Lors des conférences constitutionnelles préalables au rapatriement de la Constitution au début des années 1980, les provinces se sont, initialement, majoritairement opposées à ces propositions et y réclamaient plusieurs amendements, notamment l'inclusion d'un droit de véto (initialement seuls l'Ontario et le Nouveau-Brunswick adhéraient au projet constitutionnel). Le Québec, représenté par René Lévesque, était alors le plus ardent défenseur de l'autonomie provinciale et exigeait que les provinces demeurent les autorités souveraines dans leurs champs de compétences. Pendant longtemps, il mena une campagne acharnée à la défense de cette autonomie, avec objectif supplémentaire pour le Québec de garantir le caractère distinctif de la société québécoise et de sauvegarder sa pérennité culturelle11, particulièrement compte tenu du fait que la Charte canadienne des droits et libertés décréterait le multiculturalisme comme doctrine d'interprétation constitutionnelle[[12]].

Faisant initialement front commun avec la majorité des autres provinces canadiennes dans ses
réclamations, tout bascula pour le Québec dans la nuit du 3 au 4 novembre 1981, suite à ce que notre histoire retiendra comme la « Nuit des longs couteaux »[[13]]. Cette nuit-là, le gouvernement fédéral (par l'entremise de Jean Chrétien, alors ministre de la justice et procureur général du Canada) aura conclu des négociations secrètes avec les provinces anglo-canadiennes, à l'exclusion du Québec, qui acceptèrent de consentir au projet constitutionnel en échange de la mise en place d'une clause dérogatoire et d'une procédure de modification avec majorité qualifiée, sans droit de véto – chose à laquelle le Québec s'opposait. Le lendemain matin, au retour à la table des négociations, le premier ministre québécois René Lévesque fut placé devant le fait accompli: toutes les provinces anglo-canadiennes et le gouvernement fédéral s'étaient accordés pour négocier sans le Québec et adopter un
projet constitutionnel qui ne lui convenait pas, mais qui s'y appliquerait quand même et sur lequel il n'aurait pas son mot à dire.

Ainsi donc, la Constitution de 1982 n'a jamais reçu l'accord du Québec. Plus encore, elle a été adoptée en dépit de l'opposition du Québec et en excluant ce dernier des négociations finales[[14]]. Pendant plus de 30 ans, tous les gouvernements du Québec ont successivement condamné ce retrait des pouvoirs législatifs du Québec sans son consentement et au mépris de ses demandes.
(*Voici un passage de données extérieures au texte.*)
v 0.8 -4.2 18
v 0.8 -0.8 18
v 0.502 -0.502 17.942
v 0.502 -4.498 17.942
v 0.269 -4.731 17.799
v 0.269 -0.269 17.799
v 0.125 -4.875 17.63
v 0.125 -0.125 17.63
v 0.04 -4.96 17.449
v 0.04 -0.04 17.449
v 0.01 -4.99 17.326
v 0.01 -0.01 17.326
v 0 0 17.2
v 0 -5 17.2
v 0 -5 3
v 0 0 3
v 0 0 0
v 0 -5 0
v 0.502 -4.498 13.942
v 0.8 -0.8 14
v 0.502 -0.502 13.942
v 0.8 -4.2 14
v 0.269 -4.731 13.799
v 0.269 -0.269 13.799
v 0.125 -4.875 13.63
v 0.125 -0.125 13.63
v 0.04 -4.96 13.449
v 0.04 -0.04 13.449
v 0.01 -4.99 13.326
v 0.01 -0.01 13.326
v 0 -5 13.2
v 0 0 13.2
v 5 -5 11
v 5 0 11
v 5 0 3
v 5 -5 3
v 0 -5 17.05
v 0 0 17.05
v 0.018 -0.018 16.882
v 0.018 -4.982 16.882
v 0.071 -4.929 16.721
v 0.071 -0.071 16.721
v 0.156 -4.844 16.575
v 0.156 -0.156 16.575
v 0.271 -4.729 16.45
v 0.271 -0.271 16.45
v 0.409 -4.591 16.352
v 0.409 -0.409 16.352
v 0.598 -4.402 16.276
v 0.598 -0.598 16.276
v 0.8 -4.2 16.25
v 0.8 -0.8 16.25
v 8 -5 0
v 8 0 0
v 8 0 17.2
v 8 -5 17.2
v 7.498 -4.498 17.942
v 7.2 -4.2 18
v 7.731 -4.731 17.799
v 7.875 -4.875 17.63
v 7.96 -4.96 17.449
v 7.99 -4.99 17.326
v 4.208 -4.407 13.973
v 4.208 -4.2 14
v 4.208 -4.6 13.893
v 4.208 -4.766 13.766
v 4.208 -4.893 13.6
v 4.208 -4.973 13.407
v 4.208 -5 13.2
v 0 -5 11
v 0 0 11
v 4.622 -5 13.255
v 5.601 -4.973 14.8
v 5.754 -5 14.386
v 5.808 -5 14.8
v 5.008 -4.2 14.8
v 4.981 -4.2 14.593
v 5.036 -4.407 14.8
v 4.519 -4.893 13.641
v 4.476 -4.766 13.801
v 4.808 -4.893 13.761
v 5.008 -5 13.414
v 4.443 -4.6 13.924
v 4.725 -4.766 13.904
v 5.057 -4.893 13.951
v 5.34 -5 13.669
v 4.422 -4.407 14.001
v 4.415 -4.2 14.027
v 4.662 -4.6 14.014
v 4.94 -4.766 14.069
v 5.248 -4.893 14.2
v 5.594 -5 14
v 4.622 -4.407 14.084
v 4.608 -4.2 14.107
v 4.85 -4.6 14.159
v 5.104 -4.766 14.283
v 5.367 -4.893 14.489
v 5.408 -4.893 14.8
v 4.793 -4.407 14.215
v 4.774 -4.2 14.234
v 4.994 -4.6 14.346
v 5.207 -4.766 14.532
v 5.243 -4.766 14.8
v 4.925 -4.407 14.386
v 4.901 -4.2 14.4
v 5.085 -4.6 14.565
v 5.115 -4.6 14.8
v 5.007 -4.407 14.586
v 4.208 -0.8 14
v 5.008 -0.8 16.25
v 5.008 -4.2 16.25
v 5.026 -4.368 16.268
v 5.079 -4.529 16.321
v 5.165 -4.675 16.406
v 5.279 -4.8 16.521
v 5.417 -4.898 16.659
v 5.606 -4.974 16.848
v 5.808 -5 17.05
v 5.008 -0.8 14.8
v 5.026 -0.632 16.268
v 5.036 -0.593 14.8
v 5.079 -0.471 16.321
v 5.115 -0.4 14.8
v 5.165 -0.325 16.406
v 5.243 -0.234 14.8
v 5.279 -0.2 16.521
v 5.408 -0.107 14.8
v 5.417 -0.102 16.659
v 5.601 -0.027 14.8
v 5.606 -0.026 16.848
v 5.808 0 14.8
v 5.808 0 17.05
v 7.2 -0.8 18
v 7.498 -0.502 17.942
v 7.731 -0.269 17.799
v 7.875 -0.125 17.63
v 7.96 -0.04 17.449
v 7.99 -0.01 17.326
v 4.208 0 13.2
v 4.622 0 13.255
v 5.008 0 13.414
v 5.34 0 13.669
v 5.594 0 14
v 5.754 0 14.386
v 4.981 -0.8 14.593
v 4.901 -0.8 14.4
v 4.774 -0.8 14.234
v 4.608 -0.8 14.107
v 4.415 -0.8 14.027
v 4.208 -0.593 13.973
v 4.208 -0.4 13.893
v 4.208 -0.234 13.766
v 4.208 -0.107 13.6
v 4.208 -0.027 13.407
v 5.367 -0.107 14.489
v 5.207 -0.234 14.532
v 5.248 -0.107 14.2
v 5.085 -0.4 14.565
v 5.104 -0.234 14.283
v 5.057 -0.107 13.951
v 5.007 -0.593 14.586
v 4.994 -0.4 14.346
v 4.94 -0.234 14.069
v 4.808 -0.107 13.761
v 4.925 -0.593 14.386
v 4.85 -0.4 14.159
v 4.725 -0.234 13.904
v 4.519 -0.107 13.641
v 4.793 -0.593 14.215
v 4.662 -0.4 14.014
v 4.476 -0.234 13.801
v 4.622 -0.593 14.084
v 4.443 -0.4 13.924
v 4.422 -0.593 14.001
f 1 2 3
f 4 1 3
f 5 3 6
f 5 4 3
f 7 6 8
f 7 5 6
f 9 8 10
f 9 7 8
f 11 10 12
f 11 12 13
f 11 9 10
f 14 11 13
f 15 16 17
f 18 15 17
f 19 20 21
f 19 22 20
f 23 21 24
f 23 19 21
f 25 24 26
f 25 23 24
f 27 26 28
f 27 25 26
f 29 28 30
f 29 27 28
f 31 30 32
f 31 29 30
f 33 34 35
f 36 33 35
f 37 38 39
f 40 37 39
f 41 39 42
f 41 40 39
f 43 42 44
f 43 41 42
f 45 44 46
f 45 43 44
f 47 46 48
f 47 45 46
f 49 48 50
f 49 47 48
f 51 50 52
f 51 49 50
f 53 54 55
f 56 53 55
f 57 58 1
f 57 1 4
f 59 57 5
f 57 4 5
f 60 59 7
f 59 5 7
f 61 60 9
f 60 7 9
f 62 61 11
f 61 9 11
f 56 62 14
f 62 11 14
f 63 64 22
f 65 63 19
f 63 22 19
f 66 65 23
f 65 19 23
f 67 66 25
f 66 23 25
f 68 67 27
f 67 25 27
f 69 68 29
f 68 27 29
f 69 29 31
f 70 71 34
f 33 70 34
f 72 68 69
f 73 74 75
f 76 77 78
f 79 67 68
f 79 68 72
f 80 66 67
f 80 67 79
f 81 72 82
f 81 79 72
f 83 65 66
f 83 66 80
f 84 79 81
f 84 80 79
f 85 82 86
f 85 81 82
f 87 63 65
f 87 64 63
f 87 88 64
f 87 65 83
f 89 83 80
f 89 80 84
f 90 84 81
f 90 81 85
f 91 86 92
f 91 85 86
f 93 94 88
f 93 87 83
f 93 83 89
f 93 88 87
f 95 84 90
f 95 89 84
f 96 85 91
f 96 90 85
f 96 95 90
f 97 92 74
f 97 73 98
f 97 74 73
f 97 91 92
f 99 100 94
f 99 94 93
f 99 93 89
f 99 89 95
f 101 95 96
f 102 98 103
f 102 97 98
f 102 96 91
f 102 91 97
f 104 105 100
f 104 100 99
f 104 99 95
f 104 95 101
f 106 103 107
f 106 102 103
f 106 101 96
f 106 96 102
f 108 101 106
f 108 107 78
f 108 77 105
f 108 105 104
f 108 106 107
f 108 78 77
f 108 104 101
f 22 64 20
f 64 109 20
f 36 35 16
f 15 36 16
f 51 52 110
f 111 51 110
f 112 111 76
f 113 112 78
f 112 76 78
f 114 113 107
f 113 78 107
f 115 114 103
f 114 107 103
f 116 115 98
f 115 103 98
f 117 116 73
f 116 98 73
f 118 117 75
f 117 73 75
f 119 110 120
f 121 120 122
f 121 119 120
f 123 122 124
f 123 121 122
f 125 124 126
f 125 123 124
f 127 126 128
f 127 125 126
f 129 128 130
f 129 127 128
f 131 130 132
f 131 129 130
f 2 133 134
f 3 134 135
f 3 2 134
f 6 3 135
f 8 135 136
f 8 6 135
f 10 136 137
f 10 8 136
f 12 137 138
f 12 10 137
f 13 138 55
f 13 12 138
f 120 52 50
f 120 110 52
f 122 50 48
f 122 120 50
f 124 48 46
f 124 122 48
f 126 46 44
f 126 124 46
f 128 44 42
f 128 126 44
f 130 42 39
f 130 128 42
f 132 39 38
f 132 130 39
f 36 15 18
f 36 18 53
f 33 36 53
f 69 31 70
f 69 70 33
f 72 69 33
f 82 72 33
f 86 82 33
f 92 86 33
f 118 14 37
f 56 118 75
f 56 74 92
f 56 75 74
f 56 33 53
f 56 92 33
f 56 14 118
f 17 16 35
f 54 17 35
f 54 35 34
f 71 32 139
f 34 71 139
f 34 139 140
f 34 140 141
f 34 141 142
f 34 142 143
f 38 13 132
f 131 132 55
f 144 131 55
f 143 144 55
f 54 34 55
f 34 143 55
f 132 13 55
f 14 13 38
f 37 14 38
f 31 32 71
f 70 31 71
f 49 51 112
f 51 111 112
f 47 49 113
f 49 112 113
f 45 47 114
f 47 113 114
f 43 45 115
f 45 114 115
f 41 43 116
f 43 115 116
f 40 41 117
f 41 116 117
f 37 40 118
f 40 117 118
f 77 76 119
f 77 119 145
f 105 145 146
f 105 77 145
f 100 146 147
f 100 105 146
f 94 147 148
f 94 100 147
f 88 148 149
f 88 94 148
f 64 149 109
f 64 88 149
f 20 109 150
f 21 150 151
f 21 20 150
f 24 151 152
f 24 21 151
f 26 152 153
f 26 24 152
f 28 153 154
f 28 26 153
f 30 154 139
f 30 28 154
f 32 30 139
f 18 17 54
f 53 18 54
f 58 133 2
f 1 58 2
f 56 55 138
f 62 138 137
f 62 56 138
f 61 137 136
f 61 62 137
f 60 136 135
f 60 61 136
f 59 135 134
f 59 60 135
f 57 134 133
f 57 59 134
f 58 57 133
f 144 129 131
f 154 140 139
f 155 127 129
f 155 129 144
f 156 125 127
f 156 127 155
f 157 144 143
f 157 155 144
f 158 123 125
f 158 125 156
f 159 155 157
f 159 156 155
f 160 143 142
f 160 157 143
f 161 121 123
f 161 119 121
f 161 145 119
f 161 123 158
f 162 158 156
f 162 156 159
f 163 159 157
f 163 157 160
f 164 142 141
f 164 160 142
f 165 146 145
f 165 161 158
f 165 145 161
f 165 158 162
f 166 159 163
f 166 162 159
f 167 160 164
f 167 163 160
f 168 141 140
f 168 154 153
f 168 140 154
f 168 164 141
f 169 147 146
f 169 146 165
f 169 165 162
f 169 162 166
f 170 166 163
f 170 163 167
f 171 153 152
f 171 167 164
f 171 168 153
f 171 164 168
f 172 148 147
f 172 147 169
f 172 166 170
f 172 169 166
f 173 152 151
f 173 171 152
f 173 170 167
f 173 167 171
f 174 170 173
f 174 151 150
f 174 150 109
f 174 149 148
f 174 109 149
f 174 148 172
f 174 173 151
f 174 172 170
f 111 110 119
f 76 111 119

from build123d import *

# Parameters (mm, degrees)
F1_DEPTH = 5
F2_R     = 0.8


with BuildPart() as f1:
    # F0 (on Front) → F1 (new body)
    with BuildSketch(Plane.XZ):
        Polygon((0, 3), (0, 0), (8, 0), (8, 18), (0, 18), (0, 16.25), (5.0083114872, 16.25), (5.0083114872, 14), (0, 14), (0, 11), (5, 11), (5, 3), align=None)
    extrude(amount=F1_DEPTH)

    # F2
    f2_edges = [f1.edges().sort_by_distance(p)[0] for p in [
        (0, -2.5, 18),
        (0, -2.5, 16.25),
        (2.504156, -5, 14),
        (5.008311, -5, 15.125),
        (5.008311, 0, 15.125),
        (2.504156, -5, 16.25),
        (2.504156, 0, 14),
        (2.504156, 0, 16.25),
        (4, 0, 18),
        (4, -5, 18),
        (8, -2.5, 18),
        (5.008311, -2.5, 14),
        (0, -2.5, 14),
    ]]
    fillet(f2_edges, radius=F2_R)


solid = f1.part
2) COMMENT CELA A-T-IL PU SE PRODUIRE ? - L'INTERPRÉTATION DE LA COUR SUPRÊME

Au début des négociations constitutionnelles entourant le rapatriement, il existait une incertitude juridique quant à savoir si les provinces devaient consentir ou non au rapatriement de la Constitution et aux modifications qui l'accompagneraient pour qu'il soit valide. Cette incertitude fut soumise pour examen à la Cour suprême du Canada par voie de renvoi dans l'affaire Renvoi : Résolution pour modifier la Constitution[[15]]. Après délibération[[16]], le plus haut tribunal du pays conclut que non : le rapatriement de la Constitution et les modifications qui s'y greffaient ne nécessitait pas l'assentiment des provinces pour être valable au sens strictement juridique.

Le raisonnement de la cour nous indique ainsi la réponse, en droit, à la question constitutionnelle. Si la Cour suprême soulignait qu'il existe une convention constitutionnelle
(soit une règle non-écrite d'encadrement de l'exercice des pouvoirs législatifs et exécutifs
émanant de la pratique et des usages politiques[[17]]) à l'effet que le consentement des provinces devrait être requis pour cette modification à l'ordre juridique fondamental dans lequel elles évoluent, la violation d'une telle convention n'emporterait cependant « aucune conséquence juridique directe » et ne relèverait, concrètement, que de la question politique. Ainsi, même s'il modifiait tout le cadre juridique dans lequel évoluent les provinces, le rapatriement constitutionnel devenait légalement valable et s'appliquerait à toutes les provinces, même celles ayant exprimé leur refus.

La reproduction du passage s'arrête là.